• [Material provided]
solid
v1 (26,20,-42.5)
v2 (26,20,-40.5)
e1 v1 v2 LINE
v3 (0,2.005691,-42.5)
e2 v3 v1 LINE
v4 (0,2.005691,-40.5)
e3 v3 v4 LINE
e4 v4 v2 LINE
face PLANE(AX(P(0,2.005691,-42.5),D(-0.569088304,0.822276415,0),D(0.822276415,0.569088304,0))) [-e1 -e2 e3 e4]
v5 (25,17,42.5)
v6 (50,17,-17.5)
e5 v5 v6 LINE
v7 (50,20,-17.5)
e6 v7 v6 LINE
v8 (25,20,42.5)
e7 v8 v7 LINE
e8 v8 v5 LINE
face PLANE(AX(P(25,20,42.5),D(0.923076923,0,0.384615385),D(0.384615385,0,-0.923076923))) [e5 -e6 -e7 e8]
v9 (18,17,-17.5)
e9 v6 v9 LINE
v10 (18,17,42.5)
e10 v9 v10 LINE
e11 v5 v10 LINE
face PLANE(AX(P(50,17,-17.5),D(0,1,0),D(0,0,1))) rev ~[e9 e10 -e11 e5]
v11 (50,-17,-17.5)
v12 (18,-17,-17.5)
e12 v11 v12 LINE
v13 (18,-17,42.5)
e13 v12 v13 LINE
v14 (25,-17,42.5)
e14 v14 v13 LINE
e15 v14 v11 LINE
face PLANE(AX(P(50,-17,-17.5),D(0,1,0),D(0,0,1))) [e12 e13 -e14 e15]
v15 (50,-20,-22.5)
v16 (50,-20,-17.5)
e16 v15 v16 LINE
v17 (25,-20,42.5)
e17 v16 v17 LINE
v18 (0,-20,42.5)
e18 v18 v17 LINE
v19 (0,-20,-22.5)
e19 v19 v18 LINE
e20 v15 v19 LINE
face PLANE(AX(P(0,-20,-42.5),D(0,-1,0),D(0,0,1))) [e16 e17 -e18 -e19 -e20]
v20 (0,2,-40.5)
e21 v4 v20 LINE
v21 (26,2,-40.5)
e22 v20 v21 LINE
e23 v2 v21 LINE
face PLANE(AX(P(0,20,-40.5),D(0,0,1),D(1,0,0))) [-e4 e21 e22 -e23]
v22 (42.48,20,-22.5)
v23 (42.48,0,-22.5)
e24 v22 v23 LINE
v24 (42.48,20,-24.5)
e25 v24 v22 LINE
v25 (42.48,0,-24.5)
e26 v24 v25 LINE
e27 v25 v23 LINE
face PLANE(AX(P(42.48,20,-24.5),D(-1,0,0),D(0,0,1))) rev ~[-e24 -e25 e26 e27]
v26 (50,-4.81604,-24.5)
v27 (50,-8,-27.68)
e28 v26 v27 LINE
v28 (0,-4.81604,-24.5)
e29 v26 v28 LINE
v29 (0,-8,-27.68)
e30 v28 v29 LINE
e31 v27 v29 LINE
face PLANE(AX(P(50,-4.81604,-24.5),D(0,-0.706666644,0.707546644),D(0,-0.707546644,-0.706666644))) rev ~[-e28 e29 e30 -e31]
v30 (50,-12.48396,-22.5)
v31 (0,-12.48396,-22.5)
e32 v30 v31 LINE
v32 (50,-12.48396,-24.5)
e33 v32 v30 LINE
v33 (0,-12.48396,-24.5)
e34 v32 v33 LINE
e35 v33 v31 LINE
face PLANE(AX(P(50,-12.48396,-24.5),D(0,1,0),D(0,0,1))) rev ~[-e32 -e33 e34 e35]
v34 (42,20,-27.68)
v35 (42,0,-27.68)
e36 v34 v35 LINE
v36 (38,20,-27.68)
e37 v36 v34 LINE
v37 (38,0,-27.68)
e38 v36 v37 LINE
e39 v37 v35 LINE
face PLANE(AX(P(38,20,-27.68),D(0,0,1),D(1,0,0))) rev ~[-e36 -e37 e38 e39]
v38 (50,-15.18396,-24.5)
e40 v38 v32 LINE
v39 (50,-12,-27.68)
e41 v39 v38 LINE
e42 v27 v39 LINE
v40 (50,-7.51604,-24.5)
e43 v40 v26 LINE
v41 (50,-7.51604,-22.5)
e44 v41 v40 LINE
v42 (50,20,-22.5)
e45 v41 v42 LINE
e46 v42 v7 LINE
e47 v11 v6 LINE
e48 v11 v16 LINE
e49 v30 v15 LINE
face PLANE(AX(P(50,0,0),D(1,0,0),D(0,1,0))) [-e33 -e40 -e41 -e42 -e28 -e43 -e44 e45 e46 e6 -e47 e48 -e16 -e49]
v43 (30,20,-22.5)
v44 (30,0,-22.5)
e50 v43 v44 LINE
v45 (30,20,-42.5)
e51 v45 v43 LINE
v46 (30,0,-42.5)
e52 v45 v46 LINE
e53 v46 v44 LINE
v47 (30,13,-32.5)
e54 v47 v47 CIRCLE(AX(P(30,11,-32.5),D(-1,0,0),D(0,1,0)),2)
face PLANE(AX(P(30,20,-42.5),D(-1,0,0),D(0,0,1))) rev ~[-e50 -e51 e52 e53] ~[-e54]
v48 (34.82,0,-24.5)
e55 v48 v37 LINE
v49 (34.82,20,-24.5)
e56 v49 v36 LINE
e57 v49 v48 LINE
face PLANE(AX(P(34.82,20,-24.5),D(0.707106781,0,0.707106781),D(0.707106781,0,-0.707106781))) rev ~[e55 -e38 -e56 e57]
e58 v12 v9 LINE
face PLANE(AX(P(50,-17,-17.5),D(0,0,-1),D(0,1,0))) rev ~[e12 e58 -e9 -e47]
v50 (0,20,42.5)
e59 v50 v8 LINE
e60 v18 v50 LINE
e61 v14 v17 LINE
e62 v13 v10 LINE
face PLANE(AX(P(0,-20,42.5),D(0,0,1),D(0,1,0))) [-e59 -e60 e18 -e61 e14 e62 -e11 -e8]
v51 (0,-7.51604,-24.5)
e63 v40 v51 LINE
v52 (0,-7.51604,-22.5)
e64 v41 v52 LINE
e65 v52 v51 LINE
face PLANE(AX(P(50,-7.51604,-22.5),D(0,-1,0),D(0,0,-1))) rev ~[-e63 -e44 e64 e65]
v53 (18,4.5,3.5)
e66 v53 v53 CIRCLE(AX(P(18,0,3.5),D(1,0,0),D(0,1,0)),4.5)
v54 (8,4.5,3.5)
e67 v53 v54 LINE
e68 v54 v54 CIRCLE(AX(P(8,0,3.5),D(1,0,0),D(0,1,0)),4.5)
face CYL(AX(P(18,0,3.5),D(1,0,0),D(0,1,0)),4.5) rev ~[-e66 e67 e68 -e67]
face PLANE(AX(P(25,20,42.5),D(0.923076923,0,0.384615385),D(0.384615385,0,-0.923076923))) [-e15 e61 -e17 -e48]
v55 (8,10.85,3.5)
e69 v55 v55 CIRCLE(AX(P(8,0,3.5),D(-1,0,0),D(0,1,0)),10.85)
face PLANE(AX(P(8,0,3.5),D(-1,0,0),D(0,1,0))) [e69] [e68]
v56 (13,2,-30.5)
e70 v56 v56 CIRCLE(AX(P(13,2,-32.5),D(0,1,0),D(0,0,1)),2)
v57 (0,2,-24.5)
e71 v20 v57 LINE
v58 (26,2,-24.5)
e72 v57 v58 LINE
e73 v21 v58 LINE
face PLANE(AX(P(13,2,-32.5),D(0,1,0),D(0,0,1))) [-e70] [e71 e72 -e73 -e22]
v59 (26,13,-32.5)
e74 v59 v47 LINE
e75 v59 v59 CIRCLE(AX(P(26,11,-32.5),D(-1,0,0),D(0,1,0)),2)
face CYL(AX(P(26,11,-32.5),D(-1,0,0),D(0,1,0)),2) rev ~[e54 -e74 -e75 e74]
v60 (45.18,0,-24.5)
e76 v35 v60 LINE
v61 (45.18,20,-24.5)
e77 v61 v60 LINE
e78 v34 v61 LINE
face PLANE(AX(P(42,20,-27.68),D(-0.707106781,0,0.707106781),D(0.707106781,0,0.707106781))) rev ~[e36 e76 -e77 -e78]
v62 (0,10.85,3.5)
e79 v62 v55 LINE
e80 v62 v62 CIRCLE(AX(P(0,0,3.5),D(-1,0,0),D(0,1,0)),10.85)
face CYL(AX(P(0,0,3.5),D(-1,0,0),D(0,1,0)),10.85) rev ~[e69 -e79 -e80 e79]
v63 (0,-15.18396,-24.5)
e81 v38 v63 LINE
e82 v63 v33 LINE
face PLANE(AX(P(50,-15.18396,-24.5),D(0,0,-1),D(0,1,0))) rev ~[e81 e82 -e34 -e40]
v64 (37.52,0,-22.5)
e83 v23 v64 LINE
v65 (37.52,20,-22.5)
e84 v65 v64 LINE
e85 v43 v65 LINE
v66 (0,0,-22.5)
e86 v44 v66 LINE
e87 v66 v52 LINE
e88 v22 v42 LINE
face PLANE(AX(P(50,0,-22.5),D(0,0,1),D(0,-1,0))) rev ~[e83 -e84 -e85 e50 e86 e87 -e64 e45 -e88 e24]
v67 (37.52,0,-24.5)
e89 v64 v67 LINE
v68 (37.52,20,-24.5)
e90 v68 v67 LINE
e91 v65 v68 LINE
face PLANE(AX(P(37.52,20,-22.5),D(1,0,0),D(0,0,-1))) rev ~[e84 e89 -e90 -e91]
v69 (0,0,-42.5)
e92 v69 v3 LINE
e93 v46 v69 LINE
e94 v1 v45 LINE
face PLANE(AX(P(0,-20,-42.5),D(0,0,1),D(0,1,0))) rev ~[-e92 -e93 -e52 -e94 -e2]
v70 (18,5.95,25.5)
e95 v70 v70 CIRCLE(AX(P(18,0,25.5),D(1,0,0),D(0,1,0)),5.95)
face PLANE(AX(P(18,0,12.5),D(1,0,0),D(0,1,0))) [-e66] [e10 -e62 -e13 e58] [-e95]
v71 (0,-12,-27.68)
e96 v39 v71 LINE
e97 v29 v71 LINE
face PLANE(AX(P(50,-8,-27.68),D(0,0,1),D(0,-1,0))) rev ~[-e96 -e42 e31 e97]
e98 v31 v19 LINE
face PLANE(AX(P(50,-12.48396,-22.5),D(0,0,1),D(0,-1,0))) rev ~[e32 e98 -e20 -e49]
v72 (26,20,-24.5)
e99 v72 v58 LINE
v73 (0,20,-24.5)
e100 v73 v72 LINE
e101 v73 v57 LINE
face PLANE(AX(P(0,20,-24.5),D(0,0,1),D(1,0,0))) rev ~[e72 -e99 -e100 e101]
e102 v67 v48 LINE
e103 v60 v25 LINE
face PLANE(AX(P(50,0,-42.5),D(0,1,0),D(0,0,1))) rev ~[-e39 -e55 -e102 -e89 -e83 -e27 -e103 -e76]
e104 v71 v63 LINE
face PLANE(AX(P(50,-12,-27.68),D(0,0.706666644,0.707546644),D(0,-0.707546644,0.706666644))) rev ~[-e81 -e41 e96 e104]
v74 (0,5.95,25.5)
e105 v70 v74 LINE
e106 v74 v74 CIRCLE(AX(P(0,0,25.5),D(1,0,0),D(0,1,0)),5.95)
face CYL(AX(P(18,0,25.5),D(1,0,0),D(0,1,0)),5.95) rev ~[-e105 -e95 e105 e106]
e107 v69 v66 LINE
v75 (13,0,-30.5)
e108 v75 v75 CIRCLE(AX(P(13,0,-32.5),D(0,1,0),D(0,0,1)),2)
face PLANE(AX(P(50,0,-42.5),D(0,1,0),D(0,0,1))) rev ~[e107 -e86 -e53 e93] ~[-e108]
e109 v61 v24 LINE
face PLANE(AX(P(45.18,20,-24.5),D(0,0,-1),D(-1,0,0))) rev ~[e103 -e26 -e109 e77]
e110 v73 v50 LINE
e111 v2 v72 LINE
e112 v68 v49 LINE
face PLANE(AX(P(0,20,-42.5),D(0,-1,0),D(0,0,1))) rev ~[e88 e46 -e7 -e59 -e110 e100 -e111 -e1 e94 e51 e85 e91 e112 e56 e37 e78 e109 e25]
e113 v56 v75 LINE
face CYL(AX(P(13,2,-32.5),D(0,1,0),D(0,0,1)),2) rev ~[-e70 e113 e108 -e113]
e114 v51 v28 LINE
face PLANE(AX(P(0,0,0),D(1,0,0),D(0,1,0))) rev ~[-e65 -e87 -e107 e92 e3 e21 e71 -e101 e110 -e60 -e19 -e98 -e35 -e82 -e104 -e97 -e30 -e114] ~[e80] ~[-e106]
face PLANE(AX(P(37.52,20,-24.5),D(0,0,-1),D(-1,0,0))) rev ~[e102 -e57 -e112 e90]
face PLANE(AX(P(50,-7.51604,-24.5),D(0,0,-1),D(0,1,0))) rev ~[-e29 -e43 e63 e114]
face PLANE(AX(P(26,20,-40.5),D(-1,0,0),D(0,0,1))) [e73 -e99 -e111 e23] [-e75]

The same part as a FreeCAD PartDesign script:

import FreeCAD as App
import Part
import Sketcher
from FreeCAD import Vector

doc = App.newDocument("Part")
body = doc.addObject("PartDesign::Body", "Body")

sketch1 = doc.addObject("Sketcher::SketchObject", "Sketch")
body.addObject(sketch1)
sketch1.AttachmentSupport = (doc.YZ_Plane, [""])
sketch1.MapMode = "FlatFace"
sketch1.addGeometry([
    Part.LineSegment(Vector(-20, 42.5, 0), Vector(-20, -42.5, 0)),
    Part.LineSegment(Vector(-20, -42.5, 0), Vector(20, -42.5, 0)),
    Part.LineSegment(Vector(20, -42.5, 0), Vector(20, 42.5, 0)),
    Part.LineSegment(Vector(20, 42.5, 0), Vector(-20, 42.5, 0)),
], False)
sketch1.addConstraint([
    Sketcher.Constraint("Coincident", 0, 2, 1, 1),
    Sketcher.Constraint("Coincident", 1, 2, 2, 1),
    Sketcher.Constraint("Coincident", 2, 2, 3, 1),
    Sketcher.Constraint("Coincident", 3, 2, 0, 1),
    Sketcher.Constraint("Vertical", 0),
    Sketcher.Constraint("Horizontal", 1),
    Sketcher.Constraint("Vertical", 2),
    Sketcher.Constraint("Horizontal", 3),
    Sketcher.Constraint("Symmetric", 0, 2, 2, 2, -1, 1),
    Sketcher.Constraint("DistanceX", 1, 1, 1, 2, 40.0),
    Sketcher.Constraint("DistanceY", 0, 2, 0, 1, 85.0),
])
pad1 = doc.addObject("PartDesign::Pad", "Pad")
body.addObject(pad1)
pad1.Profile = sketch1
pad1.Length = 50

sketch2 = doc.addObject("Sketcher::SketchObject", "Sketch001")
body.addObject(sketch2)
sketch2.AttachmentSupport = (doc.YZ_Plane, [""])
sketch2.MapMode = "FlatFace"
sketch2.AttachmentOffset = App.Placement(Vector(0, 0, 50), App.Rotation())
sketch2.addGeometry([
    Part.LineSegment(Vector(-20, -22.5, 0), Vector(-20, -42.5, 0)),
    Part.LineSegment(Vector(-20, -42.5, 0), Vector(0, -42.5, 0)),
    Part.LineSegment(Vector(0, -42.5, 0), Vector(0, -22.5, 0)),
    Part.LineSegment(Vector(0, -22.5, 0), Vector(-7.51604, -22.5, 0)),
    Part.LineSegment(Vector(-7.51604, -22.5, 0), Vector(-7.51604, -24.5, 0)),
    Part.LineSegment(Vector(-7.51604, -24.5, 0), Vector(-4.81604, -24.5, 0)),
    Part.LineSegment(Vector(-4.81604, -24.5, 0), Vector(-8, -27.68, 0)),
    Part.LineSegment(Vector(-8, -27.68, 0), Vector(-12, -27.68, 0)),
    Part.LineSegment(Vector(-12, -27.68, 0), Vector(-15.18396, -24.5, 0)),
    Part.LineSegment(Vector(-15.18396, -24.5, 0), Vector(-12.48396, -24.5, 0)),
    Part.LineSegment(Vector(-12.48396, -24.5, 0), Vector(-12.48396, -22.5, 0)),
    Part.LineSegment(Vector(-12.48396, -22.5, 0), Vector(-20, -22.5, 0)),
], False)
sketch2.addConstraint([
    Sketcher.Constraint("Coincident", 0, 2, 1, 1),
    Sketcher.Constraint("Coincident", 1, 2, 2, 1),
    Sketcher.Constraint("Coincident", 2, 2, 3, 1),
    Sketcher.Constraint("Coincident", 3, 2, 4, 1),
    Sketcher.Constraint("Coincident", 4, 2, 5, 1),
    Sketcher.Constraint("Coincident", 5, 2, 6, 1),
    Sketcher.Constraint("Coincident", 6, 2, 7, 1),
    Sketcher.Constraint("Coincident", 7, 2, 8, 1),
    Sketcher.Constraint("Coincident", 8, 2, 9, 1),
    Sketcher.Constraint("Coincident", 9, 2, 10, 1),
    Sketcher.Constraint("Coincident", 10, 2, 11, 1),
    Sketcher.Constraint("Coincident", 11, 2, 0, 1),
    Sketcher.Constraint("Vertical", 0),
    Sketcher.Constraint("Horizontal", 1),
    Sketcher.Constraint("Vertical", 2),
    Sketcher.Constraint("Horizontal", 3),
    Sketcher.Constraint("Vertical", 4),
    Sketcher.Constraint("Horizontal", 5),
    Sketcher.Constraint("Horizontal", 7),
    Sketcher.Constraint("Horizontal", 9),
    Sketcher.Constraint("Vertical", 10),
    Sketcher.Constraint("Horizontal", 11),
    Sketcher.Constraint("PointOnObject", 1, 2, -2),
    Sketcher.Constraint("Horizontal", 5, 2, 8, 2),
    Sketcher.Constraint("Horizontal", 3, 2, 10, 2),
    Sketcher.Constraint("Equal", 5, 9),
    Sketcher.Constraint("Equal", 3, 11),
    Sketcher.Constraint("Equal", 1, 0),
    Sketcher.Constraint("Equal", 6, 8),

• [Aim of the task] Please transcribe the records exactly from their first line through the line holding "e11 v5 v10 LINE", and leave out all others.

• [Response]
solid
v1 (26,20,-42.5)
v2 (26,20,-40.5)
e1 v1 v2 LINE
v3 (0,2.005691,-42.5)
e2 v3 v1 LINE
v4 (0,2.005691,-40.5)
e3 v3 v4 LINE
e4 v4 v2 LINE
face PLANE(AX(P(0,2.005691,-42.5),D(-0.569088304,0.822276415,0),D(0.822276415,0.569088304,0))) [-e1 -e2 e3 e4]
v5 (25,17,42.5)
v6 (50,17,-17.5)
e5 v5 v6 LINE
v7 (50,20,-17.5)
e6 v7 v6 LINE
v8 (25,20,42.5)
e7 v8 v7 LINE
e8 v8 v5 LINE
face PLANE(AX(P(25,20,42.5),D(0.923076923,0,0.384615385),D(0.384615385,0,-0.923076923))) [e5 -e6 -e7 e8]
v9 (18,17,-17.5)
e9 v6 v9 LINE
v10 (18,17,42.5)
e10 v9 v10 LINE
e11 v5 v10 LINE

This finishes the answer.